Comment 9 Jakub Jelinek 2017-12-15 17:52:08 UTC

Author: jakub
Date: Fri Dec 15 17:51:36 2017
New Revision: 255701

URL: https://gcc.gnu.org/viewcvs?rev=255701&root=gcc&view=rev
Log:
	PR tree-optimization/80631
	* gcc.target/i386/avx2-pr80631.c: New test.

Added:
    trunk/gcc/testsuite/gcc.target/i386/avx2-pr80631.c
Modified:
    trunk/gcc/testsuite/ChangeLog

Comment 10 Jakub Jelinek 2017-12-15 22:13:17 UTC

Author: jakub
Date: Fri Dec 15 22:12:46 2017
New Revision: 255726

URL: https://gcc.gnu.org/viewcvs?rev=255726&root=gcc&view=rev
Log:
	Backported from mainline
	2017-12-12  Jakub Jelinek  <jakub@redhat.com>

	PR tree-optimization/80631
	* tree-vect-loop.c (get_initial_def_for_reduction): Fix comment typo.
	(vect_create_epilog_for_reduction): Add INDUC_VAL argument, for
	INTEGER_INDUC_COND_REDUCTION use INDUC_VAL instead of
	hardcoding zero as the value if COND_EXPR is never true.  For
	INTEGER_INDUC_COND_REDUCTION don't emit the final COND_EXPR if
	INDUC_VAL is equal to INITIAL_DEF.
	(vectorizable_reduction): Compute INDUC_VAL for
	vect_create_epilog_for_reduction, if no value is suitable, don't
	use INTEGER_INDUC_COND_REDUCTION for now.  Formatting fixes.
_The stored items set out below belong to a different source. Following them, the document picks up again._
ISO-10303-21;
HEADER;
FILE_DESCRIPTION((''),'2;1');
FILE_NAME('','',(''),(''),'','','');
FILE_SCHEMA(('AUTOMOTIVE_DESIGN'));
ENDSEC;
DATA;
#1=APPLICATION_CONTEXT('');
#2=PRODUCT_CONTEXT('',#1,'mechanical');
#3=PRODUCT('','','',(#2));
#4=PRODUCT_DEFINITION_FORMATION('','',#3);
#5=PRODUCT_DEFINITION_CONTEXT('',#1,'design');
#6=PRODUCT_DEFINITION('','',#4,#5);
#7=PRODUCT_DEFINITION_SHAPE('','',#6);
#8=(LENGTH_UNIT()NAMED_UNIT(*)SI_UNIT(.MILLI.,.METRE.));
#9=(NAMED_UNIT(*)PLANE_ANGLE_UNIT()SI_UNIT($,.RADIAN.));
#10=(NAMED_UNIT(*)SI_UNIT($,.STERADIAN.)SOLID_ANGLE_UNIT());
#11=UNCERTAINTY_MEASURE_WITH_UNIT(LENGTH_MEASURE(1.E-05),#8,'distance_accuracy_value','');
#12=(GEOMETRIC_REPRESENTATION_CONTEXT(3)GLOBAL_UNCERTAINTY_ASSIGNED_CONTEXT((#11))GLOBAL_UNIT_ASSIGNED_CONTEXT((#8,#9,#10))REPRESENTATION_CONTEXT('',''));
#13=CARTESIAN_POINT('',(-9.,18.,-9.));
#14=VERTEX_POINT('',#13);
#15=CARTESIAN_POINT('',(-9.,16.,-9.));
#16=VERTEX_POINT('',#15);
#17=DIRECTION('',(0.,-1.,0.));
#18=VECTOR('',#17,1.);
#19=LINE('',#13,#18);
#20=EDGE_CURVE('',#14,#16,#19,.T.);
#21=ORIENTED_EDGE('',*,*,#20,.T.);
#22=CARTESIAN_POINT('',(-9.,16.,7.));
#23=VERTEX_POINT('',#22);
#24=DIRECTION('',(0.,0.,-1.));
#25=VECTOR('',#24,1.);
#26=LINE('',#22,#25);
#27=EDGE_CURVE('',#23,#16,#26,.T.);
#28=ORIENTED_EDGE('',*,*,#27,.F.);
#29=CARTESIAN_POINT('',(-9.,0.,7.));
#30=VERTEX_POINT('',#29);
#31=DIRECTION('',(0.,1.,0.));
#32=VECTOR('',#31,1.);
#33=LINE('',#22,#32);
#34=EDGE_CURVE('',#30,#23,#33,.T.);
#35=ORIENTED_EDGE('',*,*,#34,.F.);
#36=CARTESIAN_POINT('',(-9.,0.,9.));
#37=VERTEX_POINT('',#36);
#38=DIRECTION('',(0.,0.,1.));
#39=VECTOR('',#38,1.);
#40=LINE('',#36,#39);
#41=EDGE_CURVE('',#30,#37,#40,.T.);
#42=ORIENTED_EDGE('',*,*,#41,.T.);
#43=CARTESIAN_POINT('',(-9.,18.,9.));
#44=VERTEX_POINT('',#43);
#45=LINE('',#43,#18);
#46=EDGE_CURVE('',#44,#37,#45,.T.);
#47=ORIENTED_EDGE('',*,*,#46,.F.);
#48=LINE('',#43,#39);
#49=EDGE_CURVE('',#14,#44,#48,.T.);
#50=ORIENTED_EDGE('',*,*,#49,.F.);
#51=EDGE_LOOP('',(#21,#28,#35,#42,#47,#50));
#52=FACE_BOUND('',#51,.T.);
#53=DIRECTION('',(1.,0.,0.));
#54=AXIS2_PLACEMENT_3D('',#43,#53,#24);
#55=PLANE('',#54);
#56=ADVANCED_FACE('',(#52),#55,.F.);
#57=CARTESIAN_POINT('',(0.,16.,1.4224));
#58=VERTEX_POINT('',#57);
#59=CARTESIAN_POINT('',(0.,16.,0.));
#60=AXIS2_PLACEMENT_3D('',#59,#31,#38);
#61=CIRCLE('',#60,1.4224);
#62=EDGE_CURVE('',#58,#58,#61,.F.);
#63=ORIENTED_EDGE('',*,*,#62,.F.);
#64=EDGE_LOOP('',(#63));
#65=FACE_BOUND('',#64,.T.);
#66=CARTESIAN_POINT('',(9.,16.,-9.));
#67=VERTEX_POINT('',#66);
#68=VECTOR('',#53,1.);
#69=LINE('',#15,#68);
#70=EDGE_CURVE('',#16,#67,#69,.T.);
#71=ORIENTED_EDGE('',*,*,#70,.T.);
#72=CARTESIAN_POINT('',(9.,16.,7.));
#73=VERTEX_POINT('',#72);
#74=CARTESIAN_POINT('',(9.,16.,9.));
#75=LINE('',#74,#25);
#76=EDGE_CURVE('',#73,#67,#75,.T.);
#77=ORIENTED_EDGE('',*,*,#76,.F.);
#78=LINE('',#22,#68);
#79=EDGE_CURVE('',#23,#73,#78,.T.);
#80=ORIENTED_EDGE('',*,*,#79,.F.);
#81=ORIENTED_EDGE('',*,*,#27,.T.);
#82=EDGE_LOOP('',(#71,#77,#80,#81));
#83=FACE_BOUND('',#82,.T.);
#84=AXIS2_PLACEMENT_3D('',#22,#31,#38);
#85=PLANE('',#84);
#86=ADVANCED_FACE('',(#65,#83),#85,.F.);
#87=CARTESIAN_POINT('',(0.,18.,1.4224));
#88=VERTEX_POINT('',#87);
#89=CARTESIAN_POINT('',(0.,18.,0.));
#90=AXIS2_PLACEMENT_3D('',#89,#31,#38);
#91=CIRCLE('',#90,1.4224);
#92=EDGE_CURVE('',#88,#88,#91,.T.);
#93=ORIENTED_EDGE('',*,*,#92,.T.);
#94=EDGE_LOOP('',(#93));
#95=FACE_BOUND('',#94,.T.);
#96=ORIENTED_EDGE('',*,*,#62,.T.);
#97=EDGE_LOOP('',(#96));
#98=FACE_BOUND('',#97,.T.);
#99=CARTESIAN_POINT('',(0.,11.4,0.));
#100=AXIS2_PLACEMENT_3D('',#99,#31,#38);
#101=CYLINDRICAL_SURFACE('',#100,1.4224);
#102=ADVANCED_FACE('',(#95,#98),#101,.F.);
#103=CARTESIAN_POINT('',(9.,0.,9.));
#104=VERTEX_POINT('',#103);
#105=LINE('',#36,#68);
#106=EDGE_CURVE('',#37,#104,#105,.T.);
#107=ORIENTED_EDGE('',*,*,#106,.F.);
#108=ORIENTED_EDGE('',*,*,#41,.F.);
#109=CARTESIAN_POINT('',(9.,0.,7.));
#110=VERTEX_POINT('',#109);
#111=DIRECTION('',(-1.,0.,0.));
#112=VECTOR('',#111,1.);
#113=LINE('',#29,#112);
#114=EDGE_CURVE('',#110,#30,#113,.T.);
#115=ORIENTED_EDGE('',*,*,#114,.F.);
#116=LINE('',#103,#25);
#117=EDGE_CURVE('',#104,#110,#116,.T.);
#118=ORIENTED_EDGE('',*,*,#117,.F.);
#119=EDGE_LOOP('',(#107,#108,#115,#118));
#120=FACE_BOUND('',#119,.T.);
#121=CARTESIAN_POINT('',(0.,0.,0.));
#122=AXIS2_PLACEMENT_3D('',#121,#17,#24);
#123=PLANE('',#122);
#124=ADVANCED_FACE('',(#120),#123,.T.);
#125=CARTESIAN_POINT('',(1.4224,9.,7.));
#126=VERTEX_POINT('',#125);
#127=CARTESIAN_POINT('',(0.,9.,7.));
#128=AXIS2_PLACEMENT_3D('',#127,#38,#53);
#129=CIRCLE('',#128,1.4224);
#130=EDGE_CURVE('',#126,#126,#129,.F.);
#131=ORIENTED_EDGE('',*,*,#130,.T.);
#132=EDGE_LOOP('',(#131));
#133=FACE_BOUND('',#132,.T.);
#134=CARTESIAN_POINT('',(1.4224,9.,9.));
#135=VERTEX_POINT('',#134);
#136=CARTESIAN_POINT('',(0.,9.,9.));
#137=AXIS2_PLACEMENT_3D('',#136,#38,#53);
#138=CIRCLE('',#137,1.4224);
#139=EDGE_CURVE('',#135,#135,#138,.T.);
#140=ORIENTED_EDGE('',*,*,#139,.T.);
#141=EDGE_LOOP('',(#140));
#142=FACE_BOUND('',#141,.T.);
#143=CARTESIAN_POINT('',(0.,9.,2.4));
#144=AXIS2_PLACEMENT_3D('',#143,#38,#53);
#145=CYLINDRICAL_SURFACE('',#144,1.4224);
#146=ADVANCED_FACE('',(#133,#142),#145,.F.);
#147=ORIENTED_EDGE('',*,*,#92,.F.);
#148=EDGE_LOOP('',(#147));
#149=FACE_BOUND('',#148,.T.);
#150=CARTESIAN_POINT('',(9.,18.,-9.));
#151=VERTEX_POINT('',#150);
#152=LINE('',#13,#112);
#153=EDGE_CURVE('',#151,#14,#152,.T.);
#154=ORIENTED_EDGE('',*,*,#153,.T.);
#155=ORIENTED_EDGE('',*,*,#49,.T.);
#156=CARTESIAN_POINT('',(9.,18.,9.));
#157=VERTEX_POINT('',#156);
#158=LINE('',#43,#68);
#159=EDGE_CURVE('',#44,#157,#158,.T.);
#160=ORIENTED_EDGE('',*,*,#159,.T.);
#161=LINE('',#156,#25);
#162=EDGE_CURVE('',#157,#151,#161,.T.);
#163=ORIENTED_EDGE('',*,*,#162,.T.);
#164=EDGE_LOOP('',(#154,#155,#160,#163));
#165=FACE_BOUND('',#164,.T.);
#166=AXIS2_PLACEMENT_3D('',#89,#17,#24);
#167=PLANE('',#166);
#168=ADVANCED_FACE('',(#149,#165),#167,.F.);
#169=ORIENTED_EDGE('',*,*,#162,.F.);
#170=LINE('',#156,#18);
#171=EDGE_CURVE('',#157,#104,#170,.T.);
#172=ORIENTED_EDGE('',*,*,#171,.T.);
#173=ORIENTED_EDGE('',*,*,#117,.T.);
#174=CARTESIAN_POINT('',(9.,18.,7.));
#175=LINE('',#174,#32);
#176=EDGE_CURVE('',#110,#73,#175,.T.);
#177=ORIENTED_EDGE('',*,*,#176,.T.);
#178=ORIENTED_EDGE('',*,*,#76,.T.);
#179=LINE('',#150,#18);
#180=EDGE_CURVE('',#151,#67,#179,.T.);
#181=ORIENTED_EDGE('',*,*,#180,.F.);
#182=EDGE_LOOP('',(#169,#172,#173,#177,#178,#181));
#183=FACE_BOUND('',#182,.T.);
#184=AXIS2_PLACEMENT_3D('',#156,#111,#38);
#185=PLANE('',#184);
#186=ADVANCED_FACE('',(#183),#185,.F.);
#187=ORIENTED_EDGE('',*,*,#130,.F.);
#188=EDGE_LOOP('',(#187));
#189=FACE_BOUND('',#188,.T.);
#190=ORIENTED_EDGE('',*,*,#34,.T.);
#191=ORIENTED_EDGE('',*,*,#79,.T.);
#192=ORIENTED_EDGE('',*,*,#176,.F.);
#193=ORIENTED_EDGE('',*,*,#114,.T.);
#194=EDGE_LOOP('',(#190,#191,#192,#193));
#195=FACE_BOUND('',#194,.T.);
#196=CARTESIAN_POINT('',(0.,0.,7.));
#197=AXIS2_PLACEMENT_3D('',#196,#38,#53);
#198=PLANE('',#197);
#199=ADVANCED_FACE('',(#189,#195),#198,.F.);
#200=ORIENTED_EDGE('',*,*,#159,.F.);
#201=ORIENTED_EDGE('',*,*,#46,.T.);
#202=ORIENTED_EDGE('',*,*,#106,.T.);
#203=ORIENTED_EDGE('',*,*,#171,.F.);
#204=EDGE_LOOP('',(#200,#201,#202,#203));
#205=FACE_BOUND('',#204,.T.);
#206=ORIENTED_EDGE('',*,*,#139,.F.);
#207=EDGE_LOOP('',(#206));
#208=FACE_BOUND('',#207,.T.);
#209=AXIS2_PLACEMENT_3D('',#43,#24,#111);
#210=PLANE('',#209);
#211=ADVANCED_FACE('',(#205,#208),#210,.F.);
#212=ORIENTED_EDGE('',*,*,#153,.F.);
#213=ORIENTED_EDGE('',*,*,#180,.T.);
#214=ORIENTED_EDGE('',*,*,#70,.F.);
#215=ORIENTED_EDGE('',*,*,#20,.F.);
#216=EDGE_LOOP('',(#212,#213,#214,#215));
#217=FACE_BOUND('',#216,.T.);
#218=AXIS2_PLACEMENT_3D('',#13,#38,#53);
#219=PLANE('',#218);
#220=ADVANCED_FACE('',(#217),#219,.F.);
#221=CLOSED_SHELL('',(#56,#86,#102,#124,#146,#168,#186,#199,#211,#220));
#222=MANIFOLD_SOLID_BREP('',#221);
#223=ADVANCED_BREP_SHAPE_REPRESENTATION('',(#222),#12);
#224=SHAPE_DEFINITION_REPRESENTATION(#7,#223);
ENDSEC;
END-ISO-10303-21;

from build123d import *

# Parameters (mm, degrees)
SKETCH2_W           = 18
SKETCH2_H           = 18
BOSS_EXTRUDE1_DEPTH = 18
SKETCH3_R           = 1.4224
CUT_EXTRUDE1_DEPTH  = 6.6
SKETCH4_R           = 1.4224
CUT_EXTRUDE2_DEPTH  = 6.6
SKETCH5_R           = 1.4224
CUT_EXTRUDE3_DEPTH  = 6.6
SKETCH6_W           = 16
SKETCH6_H           = 16
CUT_EXTRUDE4_DEPTH  = 16
SKETCH7_W           = 16
SKETCH7_H           = 16
CUT_EXTRUDE5_DEPTH  = 10


with BuildPart() as part:
    # Sketch2 → Boss-Extrude1 (new body)
    with BuildSketch(Plane(origin=(0, 0, 0), x_dir=(1, 0, 0), z_dir=(0, 1, 0))):
        Rectangle(SKETCH2_W, SKETCH2_H)
    extrude(amount=BOSS_EXTRUDE1_DEPTH)

    # Sketch3 → Cut-Extrude1 (cut)
    with BuildSketch(Plane(origin=(0, 18, 0), x_dir=(1, 0, 0), z_dir=(0, 1, 0))):
        Circle(SKETCH3_R)
    extrude(amount=-CUT_EXTRUDE1_DEPTH, mode=Mode.SUBTRACT)

    # Sketch4 → Cut-Extrude2 (cut)
    with BuildSketch(Plane(origin=(9, 0, 0), x_dir=(0, 0, -1), z_dir=(1, 0, 0))):
        with Locations((0, 9)):
            Circle(SKETCH4_R)
    extrude(amount=-CUT_EXTRUDE2_DEPTH, mode=Mode.SUBTRACT)

    # Sketch5 → Cut-Extrude3 (cut)
    with BuildSketch(Plane.XY.offset(9)):
        with Locations((0, 9)):
            Circle(SKETCH5_R)
    extrude(amount=-CUT_EXTRUDE3_DEPTH, mode=Mode.SUBTRACT)

    # Sketch6 → Cut-Extrude4 (cut)
    with BuildSketch(Plane(origin=(0, 0, -9), x_dir=(-1, 0, 0), z_dir=(0, 0, -1))):
        with Locations((1, 8)):
            Rectangle(SKETCH6_W, SKETCH6_H)
    extrude(amount=-CUT_EXTRUDE4_DEPTH, mode=Mode.SUBTRACT)

    # Sketch7 → Cut-Extrude5 (cut)
    with BuildSketch(Plane.ZY.offset(-7)):
        with Locations((-1, 8)):
            Rectangle(SKETCH7_W, SKETCH7_H)
    extrude(amount=-CUT_EXTRUDE5_DEPTH, mode=Mode.SUBTRACT)


solid = part.part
	* gcc.dg/vect/pr80631-1.c: New test.
	* gcc.dg/vect/pr80631-2.c: New test.

	PR tree-optimization/80631
	* gcc.target/i386/avx2-pr80631.c: New test.

Added:
    branches/gcc-7-branch/gcc/testsuite/gcc.dg/vect/pr80631-1.c
    branches/gcc-7-branch/gcc/testsuite/gcc.dg/vect/pr80631-2.c
    branches/gcc-7-branch/gcc/testsuite/gcc.target/i386/avx2-pr80631.c
Modified:
    branches/gcc-7-branch/gcc/ChangeLog
    branches/gcc-7-branch/gcc/testsuite/ChangeLog
    branches/gcc-7-branch/gcc/tree-vect-loop.c

Comment 11 Jakub Jelinek 2017-12-16 08:57:10 UTC

Fixed for 7.3+ too.

Comment 12 Jakub Jelinek 2017-12-19 07:39:56 UTC

Author: jakub
Date: Tue Dec 19 07:39:24 2017
New Revision: 255804

URL: https://gcc.gnu.org/viewcvs?rev=255804&root=gcc&view=rev
Log:
	PR tree-optimization/80631
	* tree-vect-loop.c (vect_create_epilog_for_reduction): Compare
	induc_code against MAX_EXPR or MIN_EXPR instead of reduc_fn against
	IFN_REDUC_MAX or IFN_REDUC_MIN.

Modified:
    trunk/gcc/ChangeLog
    trunk/gcc/tree-vect-loop.c

Comment 13 Jakub Jelinek 2018-10-26 11:48:32 UTC

GCC 6 branch is being closed, fixed in 7.x.